P. multocida, described for the first time in 1880 by Louis Pasteur [3], as a species of the Pasteurella genus that consists of Gram-negative, non-motile coccobacilli. It is a component of cats' and dogs' commensal flora [5, 6]. Pasteurella genus contains nine species; only four of these species (P. multocida, P. dagmatis, P. canis, and P. stomatis) are implicated in human pathology [7, 8].

 In humans, these zoonotic pathogens can cause a variety of infections through bites, scratches, or licking. Infections range from less severe cases, such as infected animal bites, to more severe cases, sepsis, and meningitis [1, 9]. In addition to these common presentations, P. multocida has been reported to cause peritonitis in patients undergoing PD, especially those with close contact with indoor pets. Microorganisms could be transmitted through contaminated machines when the animal is playing or resting on them, contaminated lines, or patient hands that could be touched or licked before or during PD preparation or processing [3]. The count of peripheral white blood cells may be normal or high with a dominance of polymorphonuclear leukocytes, and the peritoneal dialysate WBC count is usually very high [10], as it was observed in our patient. In all cases, presentation includes fever, severe abdominal pain, occasional nausea and vomiting, in addition to cloudy dialysate effluent [1]. Therefore, it is crucial that the patient's anamnesis specify any potential contact with pets in order to educate them regarding the risk of close intimate contact with domestic animals. Such preventive approaches should be introduced into our daily practice with universal hygiene measures to ensure avoiding peritonitis. PD peritonitis could lead to peritoneal membrane failure which needs to stop PD and switching to hemodialysis [2].

The VITEK 2 GN is validated as an automated method for the rapid identification of Gram-negative bacteria at the genus level but remains inaccurate at the species level [11]. The sensitivity of VITEK 2 GN was evaluated at 97.4% in previously published studies [11, 12]. Despite the good sensitivity of VTEK2 GN, the right diagnosis of causal microorganism specie was identified using whole genome sequencing, which, despite being very expensive and not accessible in all laboratories, remains the reference diagnosis method.

Empirical antibiotic therapy should be started as early as possible using intraperitoneal and oral or intravenous routes [13]. Penicillin, ampicillin, ampicillin-sulbactam, amoxicillin, amoxicillin-clavulanic acid, piperacillin-tazobactam, and carbapenem are generally effective against Pasteurella infections, according to findings from clinical and in vitro studies [9, 14, 15].

However, because of their lack of efficaciousness, antistaphylococcal penicillins such dicloxacillin and oxacillin should not be used. While second- and third-generation cephalosporins show good in vitro activity and are thought to be effective penicillin alternatives, especially in patients allergic to penicillin, first-generation cephalosporins should also be avoided [9, 14, 15].

 It is currently advised to administer intraperitoneal antibiotics for duration of three weeks [10]. In our patient, intraperitoneal vancomycin was initially started as per our empirical protocol to manage PD peritonitis.
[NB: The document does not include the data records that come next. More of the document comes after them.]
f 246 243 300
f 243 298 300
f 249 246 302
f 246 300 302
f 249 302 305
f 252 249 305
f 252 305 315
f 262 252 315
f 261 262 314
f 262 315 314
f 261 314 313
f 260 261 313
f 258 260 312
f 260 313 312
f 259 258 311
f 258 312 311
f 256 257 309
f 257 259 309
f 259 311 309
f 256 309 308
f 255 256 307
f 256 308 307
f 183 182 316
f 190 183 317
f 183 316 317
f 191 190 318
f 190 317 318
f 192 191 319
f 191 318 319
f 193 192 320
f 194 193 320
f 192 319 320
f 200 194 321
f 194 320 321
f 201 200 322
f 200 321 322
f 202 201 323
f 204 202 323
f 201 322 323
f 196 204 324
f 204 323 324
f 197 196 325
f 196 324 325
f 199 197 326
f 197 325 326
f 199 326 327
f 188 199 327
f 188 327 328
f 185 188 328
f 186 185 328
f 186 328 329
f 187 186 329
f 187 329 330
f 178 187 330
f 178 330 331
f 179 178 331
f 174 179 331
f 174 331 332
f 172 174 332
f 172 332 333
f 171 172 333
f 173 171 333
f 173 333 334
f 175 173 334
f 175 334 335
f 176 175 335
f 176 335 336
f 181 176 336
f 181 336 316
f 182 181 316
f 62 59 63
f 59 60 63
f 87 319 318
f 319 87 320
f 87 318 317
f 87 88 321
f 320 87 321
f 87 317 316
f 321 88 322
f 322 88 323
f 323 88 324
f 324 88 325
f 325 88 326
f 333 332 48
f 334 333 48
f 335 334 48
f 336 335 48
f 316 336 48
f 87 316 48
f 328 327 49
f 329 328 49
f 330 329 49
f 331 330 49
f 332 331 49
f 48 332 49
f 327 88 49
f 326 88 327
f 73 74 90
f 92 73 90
It was subsequently switched to cefotaxime, given intravenously, on the basis of the antibiogram findings. This therapeutic regimen resulted in a good outcome with complete resolution of clinical symptoms and biological abnormalities.

The present case highlights the risk of zoonotic infections contracted by pets in patients undergoing PD. Where appropriate, emphasis should be placed on educating these patients on the proper handling of home PD equipment.